Supplied records:
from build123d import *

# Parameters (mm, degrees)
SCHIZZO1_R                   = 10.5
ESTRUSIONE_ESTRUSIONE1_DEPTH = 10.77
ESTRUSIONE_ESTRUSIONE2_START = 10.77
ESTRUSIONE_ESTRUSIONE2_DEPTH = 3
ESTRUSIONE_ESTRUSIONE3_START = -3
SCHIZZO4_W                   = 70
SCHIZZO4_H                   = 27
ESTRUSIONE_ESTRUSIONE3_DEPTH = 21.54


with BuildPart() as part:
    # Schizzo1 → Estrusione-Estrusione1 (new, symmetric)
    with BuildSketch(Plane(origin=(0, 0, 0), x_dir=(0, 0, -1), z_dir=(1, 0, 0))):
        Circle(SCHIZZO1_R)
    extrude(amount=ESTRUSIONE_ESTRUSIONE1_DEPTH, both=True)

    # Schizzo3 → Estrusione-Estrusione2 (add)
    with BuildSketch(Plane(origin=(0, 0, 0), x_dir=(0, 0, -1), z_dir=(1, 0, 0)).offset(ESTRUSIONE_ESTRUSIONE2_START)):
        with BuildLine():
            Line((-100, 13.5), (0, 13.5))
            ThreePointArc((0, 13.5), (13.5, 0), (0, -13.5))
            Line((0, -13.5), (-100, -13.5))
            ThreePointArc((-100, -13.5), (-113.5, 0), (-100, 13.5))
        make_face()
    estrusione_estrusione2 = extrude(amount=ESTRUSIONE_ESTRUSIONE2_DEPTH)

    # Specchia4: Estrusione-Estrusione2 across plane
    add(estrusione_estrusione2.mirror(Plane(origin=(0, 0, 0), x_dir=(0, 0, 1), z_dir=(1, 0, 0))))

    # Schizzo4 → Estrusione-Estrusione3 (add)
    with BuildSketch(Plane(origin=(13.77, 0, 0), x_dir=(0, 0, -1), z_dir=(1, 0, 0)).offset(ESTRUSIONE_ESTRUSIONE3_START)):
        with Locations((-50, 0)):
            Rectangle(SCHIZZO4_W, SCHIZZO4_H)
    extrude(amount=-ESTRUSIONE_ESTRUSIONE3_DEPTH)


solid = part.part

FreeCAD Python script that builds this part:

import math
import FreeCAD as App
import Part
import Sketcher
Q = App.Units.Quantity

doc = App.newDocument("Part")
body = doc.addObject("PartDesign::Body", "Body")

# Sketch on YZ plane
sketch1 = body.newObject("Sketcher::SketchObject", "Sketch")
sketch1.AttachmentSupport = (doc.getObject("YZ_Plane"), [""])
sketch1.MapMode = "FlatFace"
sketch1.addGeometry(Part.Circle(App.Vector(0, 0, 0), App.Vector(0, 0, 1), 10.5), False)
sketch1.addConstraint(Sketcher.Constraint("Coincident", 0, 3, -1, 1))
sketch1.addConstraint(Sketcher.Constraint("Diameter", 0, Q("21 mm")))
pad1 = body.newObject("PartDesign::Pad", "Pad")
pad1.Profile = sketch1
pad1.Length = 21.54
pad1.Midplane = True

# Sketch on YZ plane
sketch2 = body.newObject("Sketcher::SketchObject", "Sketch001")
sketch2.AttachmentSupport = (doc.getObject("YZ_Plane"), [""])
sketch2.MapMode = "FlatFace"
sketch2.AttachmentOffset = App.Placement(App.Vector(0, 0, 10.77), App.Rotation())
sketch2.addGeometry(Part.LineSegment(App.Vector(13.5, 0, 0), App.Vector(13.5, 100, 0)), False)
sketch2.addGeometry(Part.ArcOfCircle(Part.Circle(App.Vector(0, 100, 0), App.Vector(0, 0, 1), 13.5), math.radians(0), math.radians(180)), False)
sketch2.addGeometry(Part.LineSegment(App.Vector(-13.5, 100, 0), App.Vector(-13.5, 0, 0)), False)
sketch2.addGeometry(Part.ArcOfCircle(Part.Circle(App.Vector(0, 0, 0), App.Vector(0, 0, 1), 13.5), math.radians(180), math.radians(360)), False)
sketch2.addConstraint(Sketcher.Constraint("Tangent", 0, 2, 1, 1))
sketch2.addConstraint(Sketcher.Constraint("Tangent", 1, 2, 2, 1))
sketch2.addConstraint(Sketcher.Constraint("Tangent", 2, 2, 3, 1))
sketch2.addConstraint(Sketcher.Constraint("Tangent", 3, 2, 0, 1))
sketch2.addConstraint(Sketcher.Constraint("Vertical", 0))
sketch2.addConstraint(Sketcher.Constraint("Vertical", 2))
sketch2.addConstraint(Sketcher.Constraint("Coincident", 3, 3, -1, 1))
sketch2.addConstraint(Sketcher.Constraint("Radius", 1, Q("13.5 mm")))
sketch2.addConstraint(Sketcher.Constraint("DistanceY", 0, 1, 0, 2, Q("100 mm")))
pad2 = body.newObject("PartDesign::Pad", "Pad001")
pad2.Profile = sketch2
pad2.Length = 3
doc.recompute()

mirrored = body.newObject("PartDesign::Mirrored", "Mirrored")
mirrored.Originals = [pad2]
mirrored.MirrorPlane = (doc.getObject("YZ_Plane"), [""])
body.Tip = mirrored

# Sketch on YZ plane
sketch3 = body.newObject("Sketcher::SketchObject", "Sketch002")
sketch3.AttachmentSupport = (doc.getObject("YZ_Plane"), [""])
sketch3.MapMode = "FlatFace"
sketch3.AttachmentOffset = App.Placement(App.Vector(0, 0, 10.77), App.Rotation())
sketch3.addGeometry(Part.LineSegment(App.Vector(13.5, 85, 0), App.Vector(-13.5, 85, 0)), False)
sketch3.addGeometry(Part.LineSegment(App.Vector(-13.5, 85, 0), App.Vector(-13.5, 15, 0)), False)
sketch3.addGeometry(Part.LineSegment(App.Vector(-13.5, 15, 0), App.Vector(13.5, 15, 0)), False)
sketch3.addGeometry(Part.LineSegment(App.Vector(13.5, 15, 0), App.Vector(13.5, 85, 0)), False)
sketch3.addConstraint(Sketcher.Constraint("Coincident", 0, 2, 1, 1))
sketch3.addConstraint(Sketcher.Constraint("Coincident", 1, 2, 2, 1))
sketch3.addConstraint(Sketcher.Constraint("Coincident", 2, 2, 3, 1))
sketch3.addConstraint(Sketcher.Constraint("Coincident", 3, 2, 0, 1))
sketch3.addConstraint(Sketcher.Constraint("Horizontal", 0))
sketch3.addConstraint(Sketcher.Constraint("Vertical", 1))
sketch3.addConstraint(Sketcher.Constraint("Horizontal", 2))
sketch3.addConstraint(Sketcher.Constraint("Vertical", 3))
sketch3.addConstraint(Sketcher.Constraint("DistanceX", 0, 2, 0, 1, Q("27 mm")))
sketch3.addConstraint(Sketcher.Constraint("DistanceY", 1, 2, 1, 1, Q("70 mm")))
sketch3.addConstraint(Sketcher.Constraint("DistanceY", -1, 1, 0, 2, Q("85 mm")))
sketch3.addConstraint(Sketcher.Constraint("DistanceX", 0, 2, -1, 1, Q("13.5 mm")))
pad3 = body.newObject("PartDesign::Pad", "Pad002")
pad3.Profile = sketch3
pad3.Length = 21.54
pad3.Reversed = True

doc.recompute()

==

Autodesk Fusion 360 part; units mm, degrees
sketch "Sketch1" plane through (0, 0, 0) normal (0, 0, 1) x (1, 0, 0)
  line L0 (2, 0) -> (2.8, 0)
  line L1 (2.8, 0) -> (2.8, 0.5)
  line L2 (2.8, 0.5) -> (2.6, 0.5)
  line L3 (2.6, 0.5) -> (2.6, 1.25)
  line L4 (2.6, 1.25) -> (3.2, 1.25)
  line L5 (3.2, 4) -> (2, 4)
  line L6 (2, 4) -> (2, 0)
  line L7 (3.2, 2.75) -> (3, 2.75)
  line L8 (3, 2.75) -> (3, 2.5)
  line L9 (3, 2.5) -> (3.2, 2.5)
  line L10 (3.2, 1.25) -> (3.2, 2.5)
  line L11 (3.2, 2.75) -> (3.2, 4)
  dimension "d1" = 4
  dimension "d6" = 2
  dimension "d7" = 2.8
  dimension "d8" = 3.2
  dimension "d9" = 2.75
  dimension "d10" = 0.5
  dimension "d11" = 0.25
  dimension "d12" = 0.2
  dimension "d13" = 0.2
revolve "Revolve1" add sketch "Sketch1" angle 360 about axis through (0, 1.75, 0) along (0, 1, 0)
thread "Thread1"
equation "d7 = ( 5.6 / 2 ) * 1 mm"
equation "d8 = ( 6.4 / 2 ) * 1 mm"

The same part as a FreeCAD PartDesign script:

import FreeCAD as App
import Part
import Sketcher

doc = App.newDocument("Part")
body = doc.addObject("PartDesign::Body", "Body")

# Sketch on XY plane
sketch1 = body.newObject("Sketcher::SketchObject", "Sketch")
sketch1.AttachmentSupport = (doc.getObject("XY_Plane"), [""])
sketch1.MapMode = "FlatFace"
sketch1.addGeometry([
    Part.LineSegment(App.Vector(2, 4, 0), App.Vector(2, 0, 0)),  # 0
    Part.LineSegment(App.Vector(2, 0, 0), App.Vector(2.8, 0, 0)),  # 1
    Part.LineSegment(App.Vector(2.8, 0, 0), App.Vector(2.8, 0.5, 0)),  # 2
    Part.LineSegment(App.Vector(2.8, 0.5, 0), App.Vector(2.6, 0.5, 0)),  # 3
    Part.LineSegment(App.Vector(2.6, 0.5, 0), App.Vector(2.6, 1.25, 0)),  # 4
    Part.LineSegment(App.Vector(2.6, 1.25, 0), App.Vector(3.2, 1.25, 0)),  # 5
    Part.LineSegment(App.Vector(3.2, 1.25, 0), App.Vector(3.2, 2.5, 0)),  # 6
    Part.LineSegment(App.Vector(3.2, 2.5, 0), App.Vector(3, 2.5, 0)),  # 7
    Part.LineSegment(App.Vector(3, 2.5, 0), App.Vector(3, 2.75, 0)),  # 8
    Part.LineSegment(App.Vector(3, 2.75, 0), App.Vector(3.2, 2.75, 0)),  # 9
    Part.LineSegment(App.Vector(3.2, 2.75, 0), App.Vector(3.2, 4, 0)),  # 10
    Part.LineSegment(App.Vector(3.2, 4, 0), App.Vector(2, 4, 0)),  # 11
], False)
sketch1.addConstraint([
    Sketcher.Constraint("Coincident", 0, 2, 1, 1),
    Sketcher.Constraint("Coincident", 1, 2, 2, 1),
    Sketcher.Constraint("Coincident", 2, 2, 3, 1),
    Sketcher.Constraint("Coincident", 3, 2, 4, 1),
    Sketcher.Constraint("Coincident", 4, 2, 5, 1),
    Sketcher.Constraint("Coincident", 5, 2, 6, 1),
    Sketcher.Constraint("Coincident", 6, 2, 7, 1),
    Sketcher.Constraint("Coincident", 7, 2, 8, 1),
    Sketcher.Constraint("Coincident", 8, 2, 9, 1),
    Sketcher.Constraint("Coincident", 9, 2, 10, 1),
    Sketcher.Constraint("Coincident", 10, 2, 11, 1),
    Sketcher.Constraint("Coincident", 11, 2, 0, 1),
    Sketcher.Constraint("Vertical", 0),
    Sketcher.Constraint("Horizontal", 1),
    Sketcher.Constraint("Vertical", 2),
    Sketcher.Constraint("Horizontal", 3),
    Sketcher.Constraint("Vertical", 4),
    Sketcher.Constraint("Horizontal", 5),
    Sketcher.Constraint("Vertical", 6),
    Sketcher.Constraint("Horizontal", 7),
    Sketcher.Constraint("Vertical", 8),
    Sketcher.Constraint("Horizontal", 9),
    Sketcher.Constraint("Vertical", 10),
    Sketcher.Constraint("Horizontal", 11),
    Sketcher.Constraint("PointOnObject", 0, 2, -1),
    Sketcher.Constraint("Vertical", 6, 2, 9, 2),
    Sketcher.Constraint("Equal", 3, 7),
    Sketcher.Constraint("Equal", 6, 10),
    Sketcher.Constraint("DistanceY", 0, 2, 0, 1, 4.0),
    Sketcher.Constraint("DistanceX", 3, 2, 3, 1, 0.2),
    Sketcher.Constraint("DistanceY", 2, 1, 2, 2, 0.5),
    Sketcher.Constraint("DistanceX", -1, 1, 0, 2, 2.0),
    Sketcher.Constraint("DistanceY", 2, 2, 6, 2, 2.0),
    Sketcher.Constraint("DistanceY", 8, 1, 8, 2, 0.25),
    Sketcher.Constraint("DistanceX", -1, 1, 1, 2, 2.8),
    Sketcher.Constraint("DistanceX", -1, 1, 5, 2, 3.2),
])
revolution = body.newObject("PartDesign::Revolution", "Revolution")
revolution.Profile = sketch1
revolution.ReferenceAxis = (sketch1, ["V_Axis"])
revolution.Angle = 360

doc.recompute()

---

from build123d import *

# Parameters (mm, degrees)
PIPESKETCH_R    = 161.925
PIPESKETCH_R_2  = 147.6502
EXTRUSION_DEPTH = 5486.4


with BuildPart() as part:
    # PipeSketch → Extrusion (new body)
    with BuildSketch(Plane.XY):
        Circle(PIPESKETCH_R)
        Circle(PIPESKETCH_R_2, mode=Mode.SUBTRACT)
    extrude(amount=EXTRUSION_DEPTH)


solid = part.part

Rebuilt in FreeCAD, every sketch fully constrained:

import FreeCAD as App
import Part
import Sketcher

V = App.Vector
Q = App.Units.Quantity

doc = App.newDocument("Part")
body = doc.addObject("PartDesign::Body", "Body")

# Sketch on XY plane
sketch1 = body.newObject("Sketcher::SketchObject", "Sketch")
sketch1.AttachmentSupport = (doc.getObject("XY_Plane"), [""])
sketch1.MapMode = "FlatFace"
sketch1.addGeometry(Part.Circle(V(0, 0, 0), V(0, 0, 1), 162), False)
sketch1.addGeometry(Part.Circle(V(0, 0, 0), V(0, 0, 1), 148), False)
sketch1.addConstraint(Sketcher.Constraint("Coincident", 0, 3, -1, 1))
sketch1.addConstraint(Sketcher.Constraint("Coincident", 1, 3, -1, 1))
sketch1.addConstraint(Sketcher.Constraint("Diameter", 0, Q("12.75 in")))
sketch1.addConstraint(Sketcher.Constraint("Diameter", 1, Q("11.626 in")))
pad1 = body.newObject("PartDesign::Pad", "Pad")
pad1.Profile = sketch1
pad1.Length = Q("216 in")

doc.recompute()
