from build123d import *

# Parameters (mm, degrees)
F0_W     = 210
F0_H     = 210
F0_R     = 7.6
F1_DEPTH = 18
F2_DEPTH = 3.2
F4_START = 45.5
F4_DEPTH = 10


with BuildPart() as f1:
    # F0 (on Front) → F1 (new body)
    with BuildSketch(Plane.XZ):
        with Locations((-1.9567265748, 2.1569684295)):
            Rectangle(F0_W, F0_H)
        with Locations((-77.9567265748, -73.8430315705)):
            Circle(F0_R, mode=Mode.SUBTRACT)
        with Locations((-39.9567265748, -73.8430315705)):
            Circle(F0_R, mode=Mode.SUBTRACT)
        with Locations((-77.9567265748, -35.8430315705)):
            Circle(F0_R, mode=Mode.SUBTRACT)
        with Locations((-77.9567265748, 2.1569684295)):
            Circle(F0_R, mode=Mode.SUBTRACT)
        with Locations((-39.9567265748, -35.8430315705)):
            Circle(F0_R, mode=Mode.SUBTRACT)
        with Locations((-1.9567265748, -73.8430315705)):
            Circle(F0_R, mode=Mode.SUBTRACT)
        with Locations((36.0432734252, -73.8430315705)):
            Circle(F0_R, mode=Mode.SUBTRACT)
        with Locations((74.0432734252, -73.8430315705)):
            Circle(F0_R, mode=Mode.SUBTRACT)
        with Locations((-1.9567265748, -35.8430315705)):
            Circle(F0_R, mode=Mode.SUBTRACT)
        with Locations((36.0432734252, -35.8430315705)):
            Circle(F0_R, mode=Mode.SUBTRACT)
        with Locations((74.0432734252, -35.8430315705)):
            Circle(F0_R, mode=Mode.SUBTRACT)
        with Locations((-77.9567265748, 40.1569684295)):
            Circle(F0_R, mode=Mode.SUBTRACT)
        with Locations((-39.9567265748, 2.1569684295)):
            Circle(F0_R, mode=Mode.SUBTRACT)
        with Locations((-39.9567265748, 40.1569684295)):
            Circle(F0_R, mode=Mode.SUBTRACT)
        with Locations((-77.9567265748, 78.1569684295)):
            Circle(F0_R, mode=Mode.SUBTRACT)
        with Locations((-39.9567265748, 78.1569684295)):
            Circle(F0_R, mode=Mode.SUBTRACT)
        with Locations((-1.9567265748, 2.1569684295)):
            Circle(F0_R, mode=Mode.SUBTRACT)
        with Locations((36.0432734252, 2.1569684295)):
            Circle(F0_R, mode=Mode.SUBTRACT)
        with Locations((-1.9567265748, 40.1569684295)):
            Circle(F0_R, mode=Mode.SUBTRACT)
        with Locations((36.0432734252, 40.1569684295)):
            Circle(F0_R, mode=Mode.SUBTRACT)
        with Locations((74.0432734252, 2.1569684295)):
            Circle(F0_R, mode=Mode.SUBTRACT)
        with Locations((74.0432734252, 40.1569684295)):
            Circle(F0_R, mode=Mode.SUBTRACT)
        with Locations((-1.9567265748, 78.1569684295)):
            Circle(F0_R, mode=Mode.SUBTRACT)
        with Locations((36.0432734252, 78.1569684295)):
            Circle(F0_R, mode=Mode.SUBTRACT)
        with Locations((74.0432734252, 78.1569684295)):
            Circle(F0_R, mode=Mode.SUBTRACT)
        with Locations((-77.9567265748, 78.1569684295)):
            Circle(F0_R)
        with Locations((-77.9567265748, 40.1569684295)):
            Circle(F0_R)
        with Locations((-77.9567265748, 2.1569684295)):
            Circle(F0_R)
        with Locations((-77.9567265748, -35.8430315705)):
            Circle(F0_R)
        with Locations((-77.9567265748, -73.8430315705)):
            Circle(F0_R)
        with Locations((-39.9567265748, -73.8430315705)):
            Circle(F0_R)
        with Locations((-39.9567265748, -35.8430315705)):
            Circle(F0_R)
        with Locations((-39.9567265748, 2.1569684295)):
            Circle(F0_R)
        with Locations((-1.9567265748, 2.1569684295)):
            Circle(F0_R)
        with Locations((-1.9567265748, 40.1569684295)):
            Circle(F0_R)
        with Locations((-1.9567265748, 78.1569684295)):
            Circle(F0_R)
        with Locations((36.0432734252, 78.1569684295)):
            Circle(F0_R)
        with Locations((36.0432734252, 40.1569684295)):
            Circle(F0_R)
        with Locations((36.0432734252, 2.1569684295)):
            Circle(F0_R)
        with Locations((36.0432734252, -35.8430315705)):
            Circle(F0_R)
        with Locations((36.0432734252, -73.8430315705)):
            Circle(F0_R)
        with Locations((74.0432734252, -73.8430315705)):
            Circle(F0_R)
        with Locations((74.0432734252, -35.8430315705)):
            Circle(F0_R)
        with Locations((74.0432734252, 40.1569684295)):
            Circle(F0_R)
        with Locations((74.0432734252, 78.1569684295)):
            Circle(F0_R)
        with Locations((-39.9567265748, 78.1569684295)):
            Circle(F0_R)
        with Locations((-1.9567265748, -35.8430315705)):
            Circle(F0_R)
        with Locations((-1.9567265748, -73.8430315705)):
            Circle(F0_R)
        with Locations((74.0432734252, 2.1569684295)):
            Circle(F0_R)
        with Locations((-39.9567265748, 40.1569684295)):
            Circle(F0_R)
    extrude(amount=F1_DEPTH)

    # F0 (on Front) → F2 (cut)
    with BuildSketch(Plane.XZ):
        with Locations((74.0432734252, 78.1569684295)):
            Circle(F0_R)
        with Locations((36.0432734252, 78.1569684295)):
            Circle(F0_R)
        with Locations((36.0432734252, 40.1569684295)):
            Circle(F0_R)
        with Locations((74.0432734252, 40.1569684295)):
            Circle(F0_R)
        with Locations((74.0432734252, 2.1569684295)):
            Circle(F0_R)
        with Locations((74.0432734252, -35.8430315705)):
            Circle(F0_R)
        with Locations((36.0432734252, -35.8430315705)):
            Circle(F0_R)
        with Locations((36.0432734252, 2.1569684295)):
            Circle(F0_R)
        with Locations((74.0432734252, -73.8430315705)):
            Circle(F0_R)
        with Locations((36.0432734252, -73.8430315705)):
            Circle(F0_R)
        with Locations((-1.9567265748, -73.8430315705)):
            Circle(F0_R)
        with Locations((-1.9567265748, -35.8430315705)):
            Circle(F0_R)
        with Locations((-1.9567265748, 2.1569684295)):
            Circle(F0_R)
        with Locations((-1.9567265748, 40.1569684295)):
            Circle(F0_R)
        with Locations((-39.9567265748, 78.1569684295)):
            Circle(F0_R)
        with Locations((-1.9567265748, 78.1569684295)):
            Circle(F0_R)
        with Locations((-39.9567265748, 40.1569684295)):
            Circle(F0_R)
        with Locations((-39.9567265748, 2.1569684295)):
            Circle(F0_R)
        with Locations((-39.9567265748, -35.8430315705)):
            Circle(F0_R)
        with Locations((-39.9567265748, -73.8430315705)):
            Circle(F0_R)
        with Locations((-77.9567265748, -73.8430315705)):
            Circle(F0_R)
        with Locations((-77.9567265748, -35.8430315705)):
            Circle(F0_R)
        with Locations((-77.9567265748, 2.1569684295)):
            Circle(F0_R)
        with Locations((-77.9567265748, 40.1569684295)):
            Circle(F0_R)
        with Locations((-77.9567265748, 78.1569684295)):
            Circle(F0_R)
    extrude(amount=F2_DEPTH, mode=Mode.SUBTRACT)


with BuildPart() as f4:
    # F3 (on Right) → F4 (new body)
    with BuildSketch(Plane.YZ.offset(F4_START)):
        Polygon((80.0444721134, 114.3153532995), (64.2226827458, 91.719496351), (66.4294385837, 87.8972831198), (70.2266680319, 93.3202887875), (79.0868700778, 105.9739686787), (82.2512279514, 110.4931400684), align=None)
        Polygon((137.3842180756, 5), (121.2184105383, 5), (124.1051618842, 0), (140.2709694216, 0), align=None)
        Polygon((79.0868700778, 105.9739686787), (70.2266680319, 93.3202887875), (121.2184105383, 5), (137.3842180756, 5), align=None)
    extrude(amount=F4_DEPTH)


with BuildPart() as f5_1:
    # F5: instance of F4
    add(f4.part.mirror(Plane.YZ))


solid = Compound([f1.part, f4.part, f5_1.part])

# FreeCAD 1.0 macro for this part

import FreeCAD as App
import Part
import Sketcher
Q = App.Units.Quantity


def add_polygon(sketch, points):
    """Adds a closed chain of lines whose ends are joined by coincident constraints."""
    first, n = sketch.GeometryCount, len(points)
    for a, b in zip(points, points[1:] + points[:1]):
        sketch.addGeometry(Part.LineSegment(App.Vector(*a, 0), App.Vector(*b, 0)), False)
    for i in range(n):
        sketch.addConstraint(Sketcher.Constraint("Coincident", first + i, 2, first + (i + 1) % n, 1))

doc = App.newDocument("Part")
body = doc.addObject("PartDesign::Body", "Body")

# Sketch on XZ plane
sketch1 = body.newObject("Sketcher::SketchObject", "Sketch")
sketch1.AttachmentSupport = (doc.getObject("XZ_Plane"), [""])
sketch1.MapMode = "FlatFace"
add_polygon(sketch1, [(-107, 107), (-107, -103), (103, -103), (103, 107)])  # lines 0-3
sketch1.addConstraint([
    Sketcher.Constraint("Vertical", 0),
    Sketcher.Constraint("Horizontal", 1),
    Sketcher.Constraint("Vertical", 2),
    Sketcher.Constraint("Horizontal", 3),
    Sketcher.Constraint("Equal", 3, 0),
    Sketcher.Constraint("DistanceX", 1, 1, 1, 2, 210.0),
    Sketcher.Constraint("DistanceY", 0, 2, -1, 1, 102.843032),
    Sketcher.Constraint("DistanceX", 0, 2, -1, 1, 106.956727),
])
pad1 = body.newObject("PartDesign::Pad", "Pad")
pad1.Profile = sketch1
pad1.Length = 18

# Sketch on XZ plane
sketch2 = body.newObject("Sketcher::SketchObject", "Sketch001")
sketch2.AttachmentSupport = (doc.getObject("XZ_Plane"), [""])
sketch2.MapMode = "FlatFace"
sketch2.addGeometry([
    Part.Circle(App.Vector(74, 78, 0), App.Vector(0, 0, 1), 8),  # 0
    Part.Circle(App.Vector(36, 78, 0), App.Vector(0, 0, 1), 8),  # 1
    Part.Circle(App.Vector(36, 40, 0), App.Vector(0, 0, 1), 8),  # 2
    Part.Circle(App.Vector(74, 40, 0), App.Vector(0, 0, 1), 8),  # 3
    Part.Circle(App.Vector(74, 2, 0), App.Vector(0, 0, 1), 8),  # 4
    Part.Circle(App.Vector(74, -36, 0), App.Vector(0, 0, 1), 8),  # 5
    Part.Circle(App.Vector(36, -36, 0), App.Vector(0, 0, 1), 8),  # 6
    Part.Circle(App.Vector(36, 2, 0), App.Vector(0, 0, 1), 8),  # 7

What is required: From the records above, retype only the lines starting at the line that contains "Circle(SCHIZZO1_R)" and ending at the line that contains "make_face()", both included.

Response to this exercise:
        Circle(SCHIZZO1_R)
    extrude(amount=ESTRUSIONE_ESTRUSIONE1_DEPTH, both=True)

    # Schizzo3 → Estrusione-Estrusione2 (add)
    with BuildSketch(Plane(origin=(0, 0, 0), x_dir=(0, 0, -1), z_dir=(1, 0, 0)).offset(ESTRUSIONE_ESTRUSIONE2_START)):
        with BuildLine():
            Line((-100, 13.5), (0, 13.5))
            ThreePointArc((0, 13.5), (13.5, 0), (0, -13.5))
            Line((0, -13.5), (-100, -13.5))
            ThreePointArc((-100, -13.5), (-113.5, 0), (-100, 13.5))
        make_face()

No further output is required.